Start with SKILL.md, then follow only the sections that affect your task. For most gsap-plugins guide use cases, the first pass should prioritize:

  • When to Use This Skill
  • Licensing & Install (important)
  • Registering Plugins
  • the plugin-specific section for your target effect

If your task involves SVG drawing, text splitting, or draggable interactions, jump straight to the matching plugin section instead of reading the whole file linearly.

Use the skill for implementation, not just naming

A good gsap-plugins install workflow is to turn a vague request into a concrete brief before asking for output. Include:

  • framework or build tool
  • plugin name or interaction type
  • whether the code should be vanilla JS, React, or another stack
  • whether you need registration code, usage code, or debugging help
  • constraints such as SSR, reduced motion, or mobile touch behavior

That context helps the skill produce code that can be dropped into a real frontend workflow.

gsap-plugins skill FAQ

Do I need a paid GSAP membership?

No.
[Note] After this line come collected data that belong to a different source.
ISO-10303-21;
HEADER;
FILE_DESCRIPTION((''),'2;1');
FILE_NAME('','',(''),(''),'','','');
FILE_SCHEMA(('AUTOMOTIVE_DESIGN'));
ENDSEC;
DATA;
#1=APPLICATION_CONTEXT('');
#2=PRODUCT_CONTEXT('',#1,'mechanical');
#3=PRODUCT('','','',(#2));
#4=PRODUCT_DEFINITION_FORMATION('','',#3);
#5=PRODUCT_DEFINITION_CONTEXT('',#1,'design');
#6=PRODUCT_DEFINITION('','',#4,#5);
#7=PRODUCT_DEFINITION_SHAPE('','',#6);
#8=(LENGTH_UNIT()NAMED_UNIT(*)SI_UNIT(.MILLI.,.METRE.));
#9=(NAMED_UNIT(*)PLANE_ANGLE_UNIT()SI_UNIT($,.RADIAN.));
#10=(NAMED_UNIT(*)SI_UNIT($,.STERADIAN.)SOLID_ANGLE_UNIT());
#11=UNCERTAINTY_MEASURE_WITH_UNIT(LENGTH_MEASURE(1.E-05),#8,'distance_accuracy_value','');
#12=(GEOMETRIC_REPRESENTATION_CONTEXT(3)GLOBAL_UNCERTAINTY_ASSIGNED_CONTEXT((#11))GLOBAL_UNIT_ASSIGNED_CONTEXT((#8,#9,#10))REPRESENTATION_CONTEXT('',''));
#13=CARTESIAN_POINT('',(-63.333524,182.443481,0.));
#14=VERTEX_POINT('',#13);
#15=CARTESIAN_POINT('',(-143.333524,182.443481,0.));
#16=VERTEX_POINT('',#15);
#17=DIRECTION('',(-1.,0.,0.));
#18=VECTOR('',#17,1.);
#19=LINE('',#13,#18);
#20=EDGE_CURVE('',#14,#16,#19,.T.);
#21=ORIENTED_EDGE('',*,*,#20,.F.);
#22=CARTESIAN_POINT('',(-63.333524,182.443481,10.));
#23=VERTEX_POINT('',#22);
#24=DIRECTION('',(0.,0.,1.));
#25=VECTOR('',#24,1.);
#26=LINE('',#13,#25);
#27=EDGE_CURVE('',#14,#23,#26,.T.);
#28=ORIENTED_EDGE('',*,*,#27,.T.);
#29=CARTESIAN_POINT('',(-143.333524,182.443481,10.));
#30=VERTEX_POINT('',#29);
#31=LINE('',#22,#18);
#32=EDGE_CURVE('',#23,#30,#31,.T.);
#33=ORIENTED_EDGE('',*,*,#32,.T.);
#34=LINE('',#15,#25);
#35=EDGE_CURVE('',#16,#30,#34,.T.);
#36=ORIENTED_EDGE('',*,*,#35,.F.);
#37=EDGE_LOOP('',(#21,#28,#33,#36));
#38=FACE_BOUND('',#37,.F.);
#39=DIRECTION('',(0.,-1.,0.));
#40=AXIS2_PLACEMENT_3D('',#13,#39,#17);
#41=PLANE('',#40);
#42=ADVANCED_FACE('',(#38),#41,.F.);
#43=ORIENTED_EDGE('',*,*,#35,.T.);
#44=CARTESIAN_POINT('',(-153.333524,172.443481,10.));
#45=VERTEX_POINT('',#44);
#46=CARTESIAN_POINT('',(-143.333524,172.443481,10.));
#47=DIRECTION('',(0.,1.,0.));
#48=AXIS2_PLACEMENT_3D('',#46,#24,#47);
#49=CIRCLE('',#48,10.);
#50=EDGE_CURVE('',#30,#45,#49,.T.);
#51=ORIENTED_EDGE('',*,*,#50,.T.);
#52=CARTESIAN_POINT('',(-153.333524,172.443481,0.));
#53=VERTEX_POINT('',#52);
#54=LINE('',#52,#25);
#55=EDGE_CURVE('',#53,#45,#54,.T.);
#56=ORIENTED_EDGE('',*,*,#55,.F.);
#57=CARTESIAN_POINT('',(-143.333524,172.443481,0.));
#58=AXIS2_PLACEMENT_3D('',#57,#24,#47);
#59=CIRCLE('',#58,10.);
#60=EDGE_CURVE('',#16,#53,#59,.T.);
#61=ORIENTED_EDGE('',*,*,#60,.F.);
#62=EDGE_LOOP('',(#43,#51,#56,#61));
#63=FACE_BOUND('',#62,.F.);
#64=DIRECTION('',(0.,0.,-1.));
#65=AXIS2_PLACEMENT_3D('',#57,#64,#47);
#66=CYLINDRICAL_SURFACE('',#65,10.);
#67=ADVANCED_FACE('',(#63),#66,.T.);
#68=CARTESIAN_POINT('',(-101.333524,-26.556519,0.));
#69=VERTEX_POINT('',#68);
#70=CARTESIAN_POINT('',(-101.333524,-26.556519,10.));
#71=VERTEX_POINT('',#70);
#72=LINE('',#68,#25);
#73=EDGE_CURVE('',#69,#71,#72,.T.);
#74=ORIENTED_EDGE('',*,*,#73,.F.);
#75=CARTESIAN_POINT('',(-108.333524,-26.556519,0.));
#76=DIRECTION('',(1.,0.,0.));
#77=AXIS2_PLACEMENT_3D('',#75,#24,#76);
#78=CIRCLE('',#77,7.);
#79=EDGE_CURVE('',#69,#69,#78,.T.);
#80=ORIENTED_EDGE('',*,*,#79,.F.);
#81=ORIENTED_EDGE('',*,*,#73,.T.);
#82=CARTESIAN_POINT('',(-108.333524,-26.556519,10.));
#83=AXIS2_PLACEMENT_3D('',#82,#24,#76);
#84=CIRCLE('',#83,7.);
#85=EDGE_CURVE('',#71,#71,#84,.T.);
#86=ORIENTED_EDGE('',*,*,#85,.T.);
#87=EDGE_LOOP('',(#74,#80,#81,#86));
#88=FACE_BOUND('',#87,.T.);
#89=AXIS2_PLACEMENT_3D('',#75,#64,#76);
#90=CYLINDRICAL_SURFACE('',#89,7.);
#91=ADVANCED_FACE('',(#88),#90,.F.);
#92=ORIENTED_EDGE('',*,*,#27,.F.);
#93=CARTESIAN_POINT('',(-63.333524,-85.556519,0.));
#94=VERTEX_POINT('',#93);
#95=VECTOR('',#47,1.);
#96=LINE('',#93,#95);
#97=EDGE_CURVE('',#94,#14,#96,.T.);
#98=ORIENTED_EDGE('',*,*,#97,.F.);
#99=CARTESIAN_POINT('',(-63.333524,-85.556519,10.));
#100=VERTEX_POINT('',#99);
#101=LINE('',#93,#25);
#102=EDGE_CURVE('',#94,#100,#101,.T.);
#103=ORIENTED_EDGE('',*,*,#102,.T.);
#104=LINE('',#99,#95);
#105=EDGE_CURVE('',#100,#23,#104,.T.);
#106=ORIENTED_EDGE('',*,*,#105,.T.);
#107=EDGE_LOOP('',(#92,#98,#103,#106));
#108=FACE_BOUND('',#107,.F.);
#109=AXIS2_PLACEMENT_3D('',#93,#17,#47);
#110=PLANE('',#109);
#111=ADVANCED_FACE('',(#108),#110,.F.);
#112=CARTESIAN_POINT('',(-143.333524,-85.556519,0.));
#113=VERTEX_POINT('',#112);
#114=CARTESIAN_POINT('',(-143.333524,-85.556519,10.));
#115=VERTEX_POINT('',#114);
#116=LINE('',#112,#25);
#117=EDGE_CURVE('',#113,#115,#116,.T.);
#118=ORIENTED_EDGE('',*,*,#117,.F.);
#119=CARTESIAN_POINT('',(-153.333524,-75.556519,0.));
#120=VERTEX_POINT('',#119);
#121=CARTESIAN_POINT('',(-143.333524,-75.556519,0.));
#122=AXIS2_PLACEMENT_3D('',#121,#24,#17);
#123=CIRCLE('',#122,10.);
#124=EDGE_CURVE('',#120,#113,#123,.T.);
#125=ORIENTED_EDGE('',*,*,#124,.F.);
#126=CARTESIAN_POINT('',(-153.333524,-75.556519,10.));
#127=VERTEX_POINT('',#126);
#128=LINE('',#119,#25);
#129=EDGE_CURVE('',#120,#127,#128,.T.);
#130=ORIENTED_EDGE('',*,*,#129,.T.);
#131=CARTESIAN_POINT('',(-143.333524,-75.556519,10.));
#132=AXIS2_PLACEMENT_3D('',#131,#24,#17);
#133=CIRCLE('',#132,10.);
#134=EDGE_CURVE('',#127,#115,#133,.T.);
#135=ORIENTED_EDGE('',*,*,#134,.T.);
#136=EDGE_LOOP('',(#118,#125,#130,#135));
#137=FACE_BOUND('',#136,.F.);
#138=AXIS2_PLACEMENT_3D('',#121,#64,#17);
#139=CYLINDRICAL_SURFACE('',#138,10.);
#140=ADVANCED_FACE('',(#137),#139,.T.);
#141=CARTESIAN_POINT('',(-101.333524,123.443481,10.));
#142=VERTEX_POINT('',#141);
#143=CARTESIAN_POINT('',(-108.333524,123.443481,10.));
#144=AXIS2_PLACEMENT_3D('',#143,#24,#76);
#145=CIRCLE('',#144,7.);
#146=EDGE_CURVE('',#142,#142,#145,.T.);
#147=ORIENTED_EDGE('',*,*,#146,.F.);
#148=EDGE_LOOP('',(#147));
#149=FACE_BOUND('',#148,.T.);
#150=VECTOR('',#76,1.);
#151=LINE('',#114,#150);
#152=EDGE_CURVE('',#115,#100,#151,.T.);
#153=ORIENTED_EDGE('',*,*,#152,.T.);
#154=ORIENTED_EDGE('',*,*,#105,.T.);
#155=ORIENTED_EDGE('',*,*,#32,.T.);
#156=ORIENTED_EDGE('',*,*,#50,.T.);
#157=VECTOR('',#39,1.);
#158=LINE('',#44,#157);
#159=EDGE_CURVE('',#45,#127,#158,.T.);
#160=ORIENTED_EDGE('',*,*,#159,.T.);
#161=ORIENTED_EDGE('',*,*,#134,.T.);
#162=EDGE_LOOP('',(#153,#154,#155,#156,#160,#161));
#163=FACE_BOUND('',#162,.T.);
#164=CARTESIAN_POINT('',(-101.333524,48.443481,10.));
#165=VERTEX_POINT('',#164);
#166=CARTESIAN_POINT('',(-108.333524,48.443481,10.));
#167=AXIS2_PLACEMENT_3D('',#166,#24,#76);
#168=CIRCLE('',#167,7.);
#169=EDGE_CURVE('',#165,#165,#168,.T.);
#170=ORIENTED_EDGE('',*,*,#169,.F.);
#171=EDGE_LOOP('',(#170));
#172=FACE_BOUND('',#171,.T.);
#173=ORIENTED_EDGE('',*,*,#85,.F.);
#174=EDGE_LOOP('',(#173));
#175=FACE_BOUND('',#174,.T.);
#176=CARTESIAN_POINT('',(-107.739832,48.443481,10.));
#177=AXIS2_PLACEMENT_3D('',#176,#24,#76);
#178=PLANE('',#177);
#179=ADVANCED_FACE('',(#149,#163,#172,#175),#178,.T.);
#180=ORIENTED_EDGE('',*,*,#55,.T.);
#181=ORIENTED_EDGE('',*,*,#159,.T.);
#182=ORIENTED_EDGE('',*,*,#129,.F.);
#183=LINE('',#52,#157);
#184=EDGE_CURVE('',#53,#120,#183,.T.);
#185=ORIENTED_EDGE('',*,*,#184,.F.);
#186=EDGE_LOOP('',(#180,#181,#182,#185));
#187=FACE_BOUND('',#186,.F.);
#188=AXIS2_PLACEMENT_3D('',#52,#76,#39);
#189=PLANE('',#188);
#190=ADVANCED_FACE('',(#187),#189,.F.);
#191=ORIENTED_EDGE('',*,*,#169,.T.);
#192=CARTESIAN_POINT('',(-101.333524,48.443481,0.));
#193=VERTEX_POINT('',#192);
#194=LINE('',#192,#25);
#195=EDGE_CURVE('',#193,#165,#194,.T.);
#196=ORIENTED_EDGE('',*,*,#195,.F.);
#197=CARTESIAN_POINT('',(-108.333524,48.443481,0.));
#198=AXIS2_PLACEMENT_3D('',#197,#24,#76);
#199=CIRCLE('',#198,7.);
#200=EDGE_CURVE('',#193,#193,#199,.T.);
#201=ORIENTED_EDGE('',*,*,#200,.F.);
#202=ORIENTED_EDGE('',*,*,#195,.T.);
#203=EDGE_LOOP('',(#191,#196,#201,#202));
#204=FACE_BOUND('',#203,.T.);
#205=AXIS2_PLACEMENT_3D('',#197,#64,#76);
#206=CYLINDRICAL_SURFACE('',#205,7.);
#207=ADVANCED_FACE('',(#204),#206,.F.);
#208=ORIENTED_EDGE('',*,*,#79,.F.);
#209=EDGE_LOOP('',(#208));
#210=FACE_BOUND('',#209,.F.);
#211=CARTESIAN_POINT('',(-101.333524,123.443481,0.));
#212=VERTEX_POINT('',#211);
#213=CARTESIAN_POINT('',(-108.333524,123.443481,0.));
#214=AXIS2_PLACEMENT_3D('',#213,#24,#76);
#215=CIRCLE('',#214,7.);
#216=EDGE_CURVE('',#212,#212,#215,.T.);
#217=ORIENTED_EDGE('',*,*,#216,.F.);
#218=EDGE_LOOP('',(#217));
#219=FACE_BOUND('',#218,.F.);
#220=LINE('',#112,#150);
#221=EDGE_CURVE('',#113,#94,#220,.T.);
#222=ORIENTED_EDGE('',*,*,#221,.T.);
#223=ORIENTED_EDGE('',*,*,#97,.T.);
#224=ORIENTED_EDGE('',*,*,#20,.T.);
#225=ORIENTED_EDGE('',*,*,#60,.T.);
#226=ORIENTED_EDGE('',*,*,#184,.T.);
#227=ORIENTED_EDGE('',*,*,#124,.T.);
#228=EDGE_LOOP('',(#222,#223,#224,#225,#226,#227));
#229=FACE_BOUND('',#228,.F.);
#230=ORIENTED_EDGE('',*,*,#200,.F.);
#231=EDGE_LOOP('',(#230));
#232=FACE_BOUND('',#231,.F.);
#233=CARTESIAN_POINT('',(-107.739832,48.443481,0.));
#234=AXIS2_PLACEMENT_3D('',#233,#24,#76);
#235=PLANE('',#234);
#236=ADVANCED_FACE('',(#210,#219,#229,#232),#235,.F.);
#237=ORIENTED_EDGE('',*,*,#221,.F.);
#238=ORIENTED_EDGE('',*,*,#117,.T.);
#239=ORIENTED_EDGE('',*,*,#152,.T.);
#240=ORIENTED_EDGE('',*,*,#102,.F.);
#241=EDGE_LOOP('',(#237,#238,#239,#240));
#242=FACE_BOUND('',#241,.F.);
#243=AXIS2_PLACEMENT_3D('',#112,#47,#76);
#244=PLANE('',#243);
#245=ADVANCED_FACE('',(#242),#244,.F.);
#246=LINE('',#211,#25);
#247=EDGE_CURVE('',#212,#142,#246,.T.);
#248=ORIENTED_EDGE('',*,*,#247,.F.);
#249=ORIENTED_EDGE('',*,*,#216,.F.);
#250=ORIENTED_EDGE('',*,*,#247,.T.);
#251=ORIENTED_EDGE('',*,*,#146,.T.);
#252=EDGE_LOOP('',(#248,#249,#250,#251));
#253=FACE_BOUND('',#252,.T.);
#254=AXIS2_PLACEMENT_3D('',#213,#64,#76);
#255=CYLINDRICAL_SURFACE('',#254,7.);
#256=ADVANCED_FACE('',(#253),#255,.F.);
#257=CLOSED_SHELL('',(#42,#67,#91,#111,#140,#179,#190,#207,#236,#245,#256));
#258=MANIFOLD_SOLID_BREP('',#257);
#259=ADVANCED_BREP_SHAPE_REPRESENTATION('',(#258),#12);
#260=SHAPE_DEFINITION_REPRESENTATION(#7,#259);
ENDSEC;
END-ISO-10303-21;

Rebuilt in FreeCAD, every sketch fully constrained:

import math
import FreeCAD as App
import Part
import Sketcher

doc = App.newDocument("Part")
params = doc.addObject("Spreadsheet::Sheet", "Params")
for row, (alias, value) in enumerate([
    ("sketch1_diameter", "14 mm"),
    ("sketch1_radius", "10 mm"),
    ("sketch1_width", "80 mm"),
    ("sketch1_height", "248 mm"),
    ("pad1_length", "10 mm"),
], start=1):
    params.set(f"A{row}", alias)
    params.set(f"B{row}", "=" + value)
    params.setAlias(f"B{row}", alias)

body = doc.addObject("PartDesign::Body", "Body")

sketch1 = doc.addObject("Sketcher::SketchObject", "Sketch")
body.addObject(sketch1)
sketch1.AttachmentSupport = (doc.XY_Plane, [""])
sketch1.MapMode = "FlatFace"
sketch1.addGeometry([
    Part.LineSegment(App.Vector(-63.333524, 182.443481, 0), App.Vector(-143.333524, 182.443481, 0)),
    Part.ArcOfCircle(Part.Circle(App.Vector(-143.333524, 172.443481, 0), App.Vector(0, 0, 1), 10), math.radians(90), math.radians(180)),
    Part.LineSegment(App.Vector(-153.333524, 172.443481, 0), App.Vector(-153.333524, -75.556519, 0)),
    Part.ArcOfCircle(Part.Circle(App.Vector(-143.333524, -75.556519, 0), App.Vector(0, 0, 1), 10), math.radians(-180), math.radians(-90)),
    Part.LineSegment(App.Vector(-143.333524, -85.556519, 0), App.Vector(-63.333524, -85.556519, 0)),
    Part.LineSegment(App.Vector(-63.333524, -85.556519, 0), App.Vector(-63.333524, 182.443481, 0)),
    Part.Circle(App.Vector(-108.333524, -26.556519, 0), App.Vector(0, 0, 1), 7),
    Part.Circle(App.Vector(-108.333524, 48.443481, 0), App.Vector(0, 0, 1), 7),
    Part.Circle(App.Vector(-108.333524, 123.443481, 0), App.Vector(0, 0, 1), 7),
], False)
sketch1.addConstraint([
    Sketcher.Constraint("Tangent", 0, 2, 1, 1),
    Sketcher.Constraint("Tangent", 1, 2, 2, 1),
    Sketcher.Constraint("Tangent", 2, 2, 3, 1),
    Sketcher.Constraint("Tangent", 3, 2, 4, 1),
The repository states that GSAP plugins are free for commercial use and that plugins are available from the public gsap package. For install decisions, this is a major advantage of the gsap-plugins skill because it removes the usual licensing barrier.

Is this better than a generic prompt?

Yes, if your task depends on correct plugin imports, registration, or plugin-specific behavior. A generic prompt may know the effect name, but the gsap-plugins guide is more likely to handle the setup details that prevent broken demos and integration issues.

Is it beginner-friendly?

Yes, if you already know the animation goal and want a guided path to the correct plugin. It is less helpful if you do not know whether your problem is a core GSAP tween, ScrollTrigger, or a plugin-specific interaction.

When should I not use it?

Do not use gsap-plugins when the task is primarily about core timeline syntax or ScrollTrigger-driven scroll animation. For those cases, the repo itself points you to gsap-core or gsap-scrolltrigger, which is a better fit than forcing the wrong skill.

How to Improve gsap-plugins skill

Specify the plugin and the outcome

The fastest way to improve gsap-plugins usage is to name the plugin and the result you want. “Animate text” is too broad; “split a headline into words and animate them in on scroll” gives the skill enough structure to choose SplitText and the right workflow.

Include environment details that change the code

Tell the skill whether you are using plain JS, React, Next.js, Webflow, or another frontend setup. Mention SSR, module bundling, touch input, or accessibility constraints when they matter, because plugin registration and interaction behavior can change with the runtime.

Ask for the failure points first

For gsap-plugins for Frontend Development, the most useful iteration often comes from asking what can break: missing plugin registration, wrong import path, conflicting scroll behavior, or misuse of a club-only plugin expectation. If the first answer is close but not production-ready, ask the skill to revise for your exact stack and edge cases.

Refine with real DOM and motion details

Better results come from concrete inputs like element counts, trigger timing, layout changes, and whether the animation must work after resize. If the initial output is too generic, add the actual selectors, the intended sequence, and the constraints that matter most to your UI.